OUTAGAMIE COUNTY - As clean up from tornadoes a week and a half ago continues, the controversy into the emergency response to that storm is just beginning.
"It's clear from the documents that policy wasn't followed," said Outagamie County Board Member and Public Safety Committee Chair Jim Duncan.
FOX 11 has obtained a new Outagamie County report detailing the stormy early morning hours of August 7.
"There were trees down, power lines down. The power was reported out by an officer in Hortonville," said Duncan.
Duncan gave FOX 11 News a copy of a new report detailing minute by minute what happened when six tornadoes touched down in the area on August 7.
"The facts as stated in the document are inconsistent with what the county board was told by the emergency management director," said Duncan.
The report by the Outagamie County Sheriff's Department shows an officer reported some damage to a home at 12:30 a.m. At that point the siren should have been sounded. But, the siren didn't go off.
According to the Policy for Activation of Sirens in Outagamie County, the third item on a list of procedures states: "This policy is discretionary in that, if an officer in the field witnesses a tornado and no warning from the NWS is received, and/or strong enough winds are present to create serious endangerment to the citizens of the County, again through verification from an officer in the field or a reliable weather spotter, the sirens should be activated. All sirens will be activated."
Duncan says the report reveals the fuel line was turned off for one of the sirens. It had been disconnected while repairs were being made, and there was no back up.
Some county officials, including Duncan, have called for disciplinary action against Emergency Management Director Julie Loeffelholz.
She and others in her department and the sheriff's department could potentially face anything from a reprimand to losing their jobs over this siren issue.
FOX 11 News made several attempts to contact Loeffelholz Sunday. She did not respond to our requests.
The day following the severe weather, Loeffelholz did speak with FOX 11, saying trained weather spotters never saw any funnel clouds during the storm.

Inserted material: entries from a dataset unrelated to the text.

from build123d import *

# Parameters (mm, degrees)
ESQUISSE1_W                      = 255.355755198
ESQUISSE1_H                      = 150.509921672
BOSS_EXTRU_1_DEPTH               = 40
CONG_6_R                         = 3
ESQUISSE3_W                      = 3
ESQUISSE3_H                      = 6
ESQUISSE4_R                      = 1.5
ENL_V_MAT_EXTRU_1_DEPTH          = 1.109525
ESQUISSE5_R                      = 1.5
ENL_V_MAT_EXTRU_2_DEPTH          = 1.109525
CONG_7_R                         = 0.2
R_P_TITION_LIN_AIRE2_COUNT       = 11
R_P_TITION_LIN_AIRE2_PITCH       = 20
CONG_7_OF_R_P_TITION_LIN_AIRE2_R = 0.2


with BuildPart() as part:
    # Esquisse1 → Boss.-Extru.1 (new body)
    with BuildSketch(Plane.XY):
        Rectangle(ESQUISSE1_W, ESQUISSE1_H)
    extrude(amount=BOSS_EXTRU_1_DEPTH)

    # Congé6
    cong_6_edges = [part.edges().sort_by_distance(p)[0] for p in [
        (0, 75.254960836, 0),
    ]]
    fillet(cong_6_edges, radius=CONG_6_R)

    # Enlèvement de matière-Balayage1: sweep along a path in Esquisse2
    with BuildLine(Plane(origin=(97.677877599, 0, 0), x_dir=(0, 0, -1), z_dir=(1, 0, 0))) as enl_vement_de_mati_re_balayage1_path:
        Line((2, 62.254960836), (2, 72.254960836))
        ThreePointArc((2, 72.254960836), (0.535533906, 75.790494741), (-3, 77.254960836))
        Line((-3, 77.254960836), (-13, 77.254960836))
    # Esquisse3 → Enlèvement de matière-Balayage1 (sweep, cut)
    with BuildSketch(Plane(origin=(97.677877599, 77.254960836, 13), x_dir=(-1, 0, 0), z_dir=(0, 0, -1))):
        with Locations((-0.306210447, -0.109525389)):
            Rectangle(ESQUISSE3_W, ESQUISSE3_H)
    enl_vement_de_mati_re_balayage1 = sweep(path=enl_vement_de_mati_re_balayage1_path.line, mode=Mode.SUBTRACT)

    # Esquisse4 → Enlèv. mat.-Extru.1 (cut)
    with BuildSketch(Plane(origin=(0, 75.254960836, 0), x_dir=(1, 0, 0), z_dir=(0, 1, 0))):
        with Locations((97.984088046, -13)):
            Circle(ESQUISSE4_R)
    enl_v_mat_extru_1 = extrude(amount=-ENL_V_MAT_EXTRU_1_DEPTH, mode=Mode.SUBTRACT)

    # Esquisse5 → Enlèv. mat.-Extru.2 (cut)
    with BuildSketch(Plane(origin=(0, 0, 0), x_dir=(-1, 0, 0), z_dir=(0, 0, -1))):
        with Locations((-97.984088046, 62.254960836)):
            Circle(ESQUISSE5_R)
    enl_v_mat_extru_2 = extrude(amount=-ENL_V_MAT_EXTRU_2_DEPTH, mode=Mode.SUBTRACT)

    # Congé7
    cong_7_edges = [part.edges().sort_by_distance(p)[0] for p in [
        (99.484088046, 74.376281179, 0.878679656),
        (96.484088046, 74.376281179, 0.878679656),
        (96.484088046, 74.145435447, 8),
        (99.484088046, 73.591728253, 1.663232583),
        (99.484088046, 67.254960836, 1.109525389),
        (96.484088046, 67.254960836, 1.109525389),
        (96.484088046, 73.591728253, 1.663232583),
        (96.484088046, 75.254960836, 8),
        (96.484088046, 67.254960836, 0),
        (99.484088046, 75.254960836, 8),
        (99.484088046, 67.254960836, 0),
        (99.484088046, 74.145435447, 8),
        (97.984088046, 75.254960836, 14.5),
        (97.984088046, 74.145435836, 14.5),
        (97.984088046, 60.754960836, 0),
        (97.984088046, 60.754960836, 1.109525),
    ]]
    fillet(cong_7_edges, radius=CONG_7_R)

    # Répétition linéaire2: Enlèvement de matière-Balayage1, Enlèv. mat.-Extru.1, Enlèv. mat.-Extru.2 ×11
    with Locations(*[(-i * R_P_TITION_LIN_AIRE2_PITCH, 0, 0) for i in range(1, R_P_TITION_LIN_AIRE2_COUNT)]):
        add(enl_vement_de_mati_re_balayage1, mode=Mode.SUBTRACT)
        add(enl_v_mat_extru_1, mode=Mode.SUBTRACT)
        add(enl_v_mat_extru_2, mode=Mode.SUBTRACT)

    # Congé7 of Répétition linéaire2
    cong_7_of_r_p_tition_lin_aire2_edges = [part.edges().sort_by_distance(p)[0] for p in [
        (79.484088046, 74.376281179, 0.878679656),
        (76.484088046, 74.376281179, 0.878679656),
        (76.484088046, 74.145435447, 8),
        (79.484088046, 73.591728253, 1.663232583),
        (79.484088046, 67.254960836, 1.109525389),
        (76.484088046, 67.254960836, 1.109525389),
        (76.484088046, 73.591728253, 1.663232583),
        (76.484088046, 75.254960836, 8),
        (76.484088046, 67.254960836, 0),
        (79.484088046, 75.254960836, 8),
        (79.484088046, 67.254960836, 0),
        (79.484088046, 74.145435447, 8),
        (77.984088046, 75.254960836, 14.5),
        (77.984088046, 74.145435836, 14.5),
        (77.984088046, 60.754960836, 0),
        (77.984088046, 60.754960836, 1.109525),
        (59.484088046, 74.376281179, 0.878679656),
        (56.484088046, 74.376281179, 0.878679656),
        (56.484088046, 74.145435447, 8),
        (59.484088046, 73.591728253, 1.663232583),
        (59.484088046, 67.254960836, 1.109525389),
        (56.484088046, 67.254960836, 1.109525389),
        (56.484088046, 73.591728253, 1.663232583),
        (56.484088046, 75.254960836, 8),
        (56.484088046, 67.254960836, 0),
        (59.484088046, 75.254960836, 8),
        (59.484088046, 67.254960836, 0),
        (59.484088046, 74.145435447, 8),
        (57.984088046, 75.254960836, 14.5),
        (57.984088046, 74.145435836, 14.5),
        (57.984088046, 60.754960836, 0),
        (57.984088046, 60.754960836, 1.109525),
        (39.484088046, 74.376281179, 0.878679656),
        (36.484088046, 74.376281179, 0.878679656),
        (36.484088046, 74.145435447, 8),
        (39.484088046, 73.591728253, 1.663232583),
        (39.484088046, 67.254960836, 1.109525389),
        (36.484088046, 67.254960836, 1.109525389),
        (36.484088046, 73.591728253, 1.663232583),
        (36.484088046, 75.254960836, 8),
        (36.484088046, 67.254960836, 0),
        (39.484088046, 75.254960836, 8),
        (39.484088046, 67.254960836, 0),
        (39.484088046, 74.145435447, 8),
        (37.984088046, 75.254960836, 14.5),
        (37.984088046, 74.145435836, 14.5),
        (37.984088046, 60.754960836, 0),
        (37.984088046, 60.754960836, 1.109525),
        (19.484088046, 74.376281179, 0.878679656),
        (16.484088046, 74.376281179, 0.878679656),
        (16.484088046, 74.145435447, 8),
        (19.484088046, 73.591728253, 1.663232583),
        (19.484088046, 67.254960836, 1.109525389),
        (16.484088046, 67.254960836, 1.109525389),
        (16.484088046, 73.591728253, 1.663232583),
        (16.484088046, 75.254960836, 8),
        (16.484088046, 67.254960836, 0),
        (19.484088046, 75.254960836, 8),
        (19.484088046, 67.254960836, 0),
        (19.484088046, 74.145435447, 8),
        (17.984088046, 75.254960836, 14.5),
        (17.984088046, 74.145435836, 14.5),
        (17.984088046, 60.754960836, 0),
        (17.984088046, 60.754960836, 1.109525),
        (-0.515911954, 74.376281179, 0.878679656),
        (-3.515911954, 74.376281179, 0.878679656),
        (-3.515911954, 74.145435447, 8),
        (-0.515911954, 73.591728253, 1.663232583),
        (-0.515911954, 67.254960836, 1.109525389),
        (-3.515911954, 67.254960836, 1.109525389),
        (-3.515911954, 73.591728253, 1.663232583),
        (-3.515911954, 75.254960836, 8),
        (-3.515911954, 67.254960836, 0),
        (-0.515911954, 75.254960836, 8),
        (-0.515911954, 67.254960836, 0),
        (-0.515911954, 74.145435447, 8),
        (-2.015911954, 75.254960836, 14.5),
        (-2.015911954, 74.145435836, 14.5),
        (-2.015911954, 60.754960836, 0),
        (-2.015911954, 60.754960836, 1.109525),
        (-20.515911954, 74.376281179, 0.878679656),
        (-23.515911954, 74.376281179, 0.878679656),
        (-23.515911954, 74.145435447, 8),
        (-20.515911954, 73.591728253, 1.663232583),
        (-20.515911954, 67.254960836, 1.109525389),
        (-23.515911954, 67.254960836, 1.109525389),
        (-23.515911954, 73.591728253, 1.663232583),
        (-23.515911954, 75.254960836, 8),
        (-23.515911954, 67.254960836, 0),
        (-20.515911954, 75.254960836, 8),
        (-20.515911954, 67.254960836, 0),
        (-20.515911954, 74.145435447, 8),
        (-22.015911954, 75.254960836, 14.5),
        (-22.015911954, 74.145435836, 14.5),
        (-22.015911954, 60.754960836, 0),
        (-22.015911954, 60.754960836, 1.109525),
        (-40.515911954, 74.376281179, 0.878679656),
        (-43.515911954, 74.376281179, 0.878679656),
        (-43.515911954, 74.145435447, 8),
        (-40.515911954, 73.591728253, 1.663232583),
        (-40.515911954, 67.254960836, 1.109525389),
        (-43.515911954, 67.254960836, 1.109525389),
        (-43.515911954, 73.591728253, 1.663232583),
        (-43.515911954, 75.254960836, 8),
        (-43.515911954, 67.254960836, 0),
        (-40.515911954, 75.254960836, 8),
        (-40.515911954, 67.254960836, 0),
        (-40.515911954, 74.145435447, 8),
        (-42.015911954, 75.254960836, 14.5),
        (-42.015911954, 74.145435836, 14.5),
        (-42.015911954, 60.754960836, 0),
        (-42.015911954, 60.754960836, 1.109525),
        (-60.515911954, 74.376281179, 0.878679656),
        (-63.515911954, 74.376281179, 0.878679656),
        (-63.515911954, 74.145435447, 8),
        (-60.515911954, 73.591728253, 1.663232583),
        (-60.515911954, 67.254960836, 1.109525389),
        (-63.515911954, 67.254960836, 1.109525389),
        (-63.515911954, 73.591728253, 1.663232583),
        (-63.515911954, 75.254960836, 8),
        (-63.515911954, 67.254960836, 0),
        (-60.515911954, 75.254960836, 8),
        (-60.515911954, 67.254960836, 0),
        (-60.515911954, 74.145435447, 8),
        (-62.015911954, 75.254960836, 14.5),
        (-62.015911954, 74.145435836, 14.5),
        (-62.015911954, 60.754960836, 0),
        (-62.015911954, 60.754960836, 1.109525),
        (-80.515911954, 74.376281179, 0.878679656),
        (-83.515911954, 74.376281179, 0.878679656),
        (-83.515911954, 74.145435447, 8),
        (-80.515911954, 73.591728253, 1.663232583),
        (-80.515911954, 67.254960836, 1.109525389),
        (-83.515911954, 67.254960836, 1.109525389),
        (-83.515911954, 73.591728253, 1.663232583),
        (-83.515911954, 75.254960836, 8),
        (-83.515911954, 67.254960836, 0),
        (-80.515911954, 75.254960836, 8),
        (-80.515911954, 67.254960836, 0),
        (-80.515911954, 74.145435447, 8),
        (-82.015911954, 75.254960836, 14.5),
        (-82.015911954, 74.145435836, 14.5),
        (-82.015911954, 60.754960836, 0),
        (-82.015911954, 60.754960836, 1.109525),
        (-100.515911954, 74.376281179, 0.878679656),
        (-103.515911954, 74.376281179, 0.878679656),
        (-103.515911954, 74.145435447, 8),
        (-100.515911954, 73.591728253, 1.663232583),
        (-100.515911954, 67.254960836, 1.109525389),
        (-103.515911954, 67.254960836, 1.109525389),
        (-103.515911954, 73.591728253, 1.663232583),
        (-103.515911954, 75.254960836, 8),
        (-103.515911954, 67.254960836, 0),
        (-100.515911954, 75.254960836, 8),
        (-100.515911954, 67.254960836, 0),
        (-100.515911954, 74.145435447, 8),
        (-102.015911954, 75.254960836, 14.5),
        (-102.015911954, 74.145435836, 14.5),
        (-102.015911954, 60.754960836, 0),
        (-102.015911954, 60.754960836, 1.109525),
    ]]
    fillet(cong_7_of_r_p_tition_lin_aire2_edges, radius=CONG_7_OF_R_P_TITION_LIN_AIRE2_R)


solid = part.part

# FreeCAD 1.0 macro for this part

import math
import FreeCAD as App
import Part
import Sketcher
from FreeCAD import Vector
Q = App.Units.Quantity


def edges_at(feature, points):
    """Names of the edges that pass closest to the given points."""
    edges = feature.Shape.Edges
    near = lambda p: min(range(len(edges)), key=lambda i: edges[i].distToShape(Part.Vertex(*p))[0])
    return sorted({f"Edge{near(p) + 1}" for p in points})


def add_polygon(sketch, points):
    """Adds a closed chain of lines whose ends are joined by coincident constraints."""
    first, n = sketch.GeometryCount, len(points)
    for a, b in zip(points, points[1:] + points[:1]):
        sketch.addGeometry(Part.LineSegment(App.Vector(*a, 0), App.Vector(*b, 0)), False)
    for i in range(n):
        sketch.addConstraint(Sketcher.Constraint("Coincident", first + i, 2, first + (i + 1) % n, 1))

doc = App.newDocument("Part")
body = doc.addObject("PartDesign::Body", "Body")

# Sketch on XY plane
sketch1 = doc.addObject("Sketcher::SketchObject", "Sketch")
body.addObject(sketch1)
sketch1.AttachmentSupport = (doc.XY_Plane, [""])
sketch1.MapMode = "FlatFace"
add_polygon(sketch1, [(-128, 75), (-128, -75), (128, -75), (128, 75)])  # lines 0-3
sketch1.addConstraint(Sketcher.Constraint("Vertical", 0))
sketch1.addConstraint(Sketcher.Constraint("Horizontal", 1))
sketch1.addConstraint(Sketcher.Constraint("Vertical", 2))
sketch1.addConstraint(Sketcher.Constraint("Horizontal", 3))
sketch1.addConstraint(Sketcher.Constraint("Symmetric", 0, 2, 2, 2, -1, 1))
sketch1.addConstraint(Sketcher.Constraint("DistanceY", 0, 2, 0, 1, Q("150.509922 mm")))
sketch1.addConstraint(Sketcher.Constraint("DistanceX", 1, 1, 1, 2, Q("255.355755 mm")))
pad1 = doc.addObject("PartDesign::Pad", "Pad")
body.addObject(pad1)
pad1.Profile = sketch1
pad1.Length = 40
doc.recompute()

fillet = doc.addObject("PartDesign::Fillet", "Fillet")
body.addObject(fillet)
fillet.Base = (pad1, edges_at(pad1, [(0, 75.255, 0)]))
fillet.Radius = 3

# Sketch on XY plane
sketch2 = doc.addObject("Sketcher::SketchObject", "Sketch001")
body.addObject(sketch2)
sketch2.AttachmentSupport = (doc.XY_Plane, [""])
sketch2.MapMode = "FlatFace"
sketch2.AttachmentOffset = App.Placement(Vector(0, 0, 13), App.Rotation())
add_polygon(sketch2, [(99.5, 80.1), (99.5, 74.1), (96.5, 74.1), (96.5, 80.1)])  # lines 0-3
sketch2.addConstraint(Sketcher.Constraint("Vertical", 0))
sketch2.addConstraint(Sketcher.Constraint("Horizontal", 1))
sketch2.addConstraint(Sketcher.Constraint("Vertical", 2))
sketch2.addConstraint(Sketcher.Constraint("Horizontal", 3))
sketch2.addConstraint(Sketcher.Constraint("DistanceX", 1, 2, 1, 1, Q("3 mm")))
sketch2.addConstraint(Sketcher.Constraint("DistanceY", 0, 2, 0, 1, Q("6 mm")))
sketch2.addConstraint(Sketcher.Constraint("DistanceX", -1, 1, 0, 2, Q("99.484088 mm")))
sketch2.addConstraint(Sketcher.Constraint("DistanceY", -1, 1, 0, 2, Q("74.145435 mm")))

"Despite the fact the weather was forecast to be bad the other night, the indications were just not there that there was going to be a tornado," said Loeffelholz on August 8.
No one was killed during the tornadoes, but the storm caused $31 million in damage throughout the county.
"It may not be the best means of warning somebody, but it is a means, and it's the only means that Outagamie County is responsible for, so we have to be diligent," said Duncan.
Duncan says he wants the appropriate people in charge of public safety to be held accountable.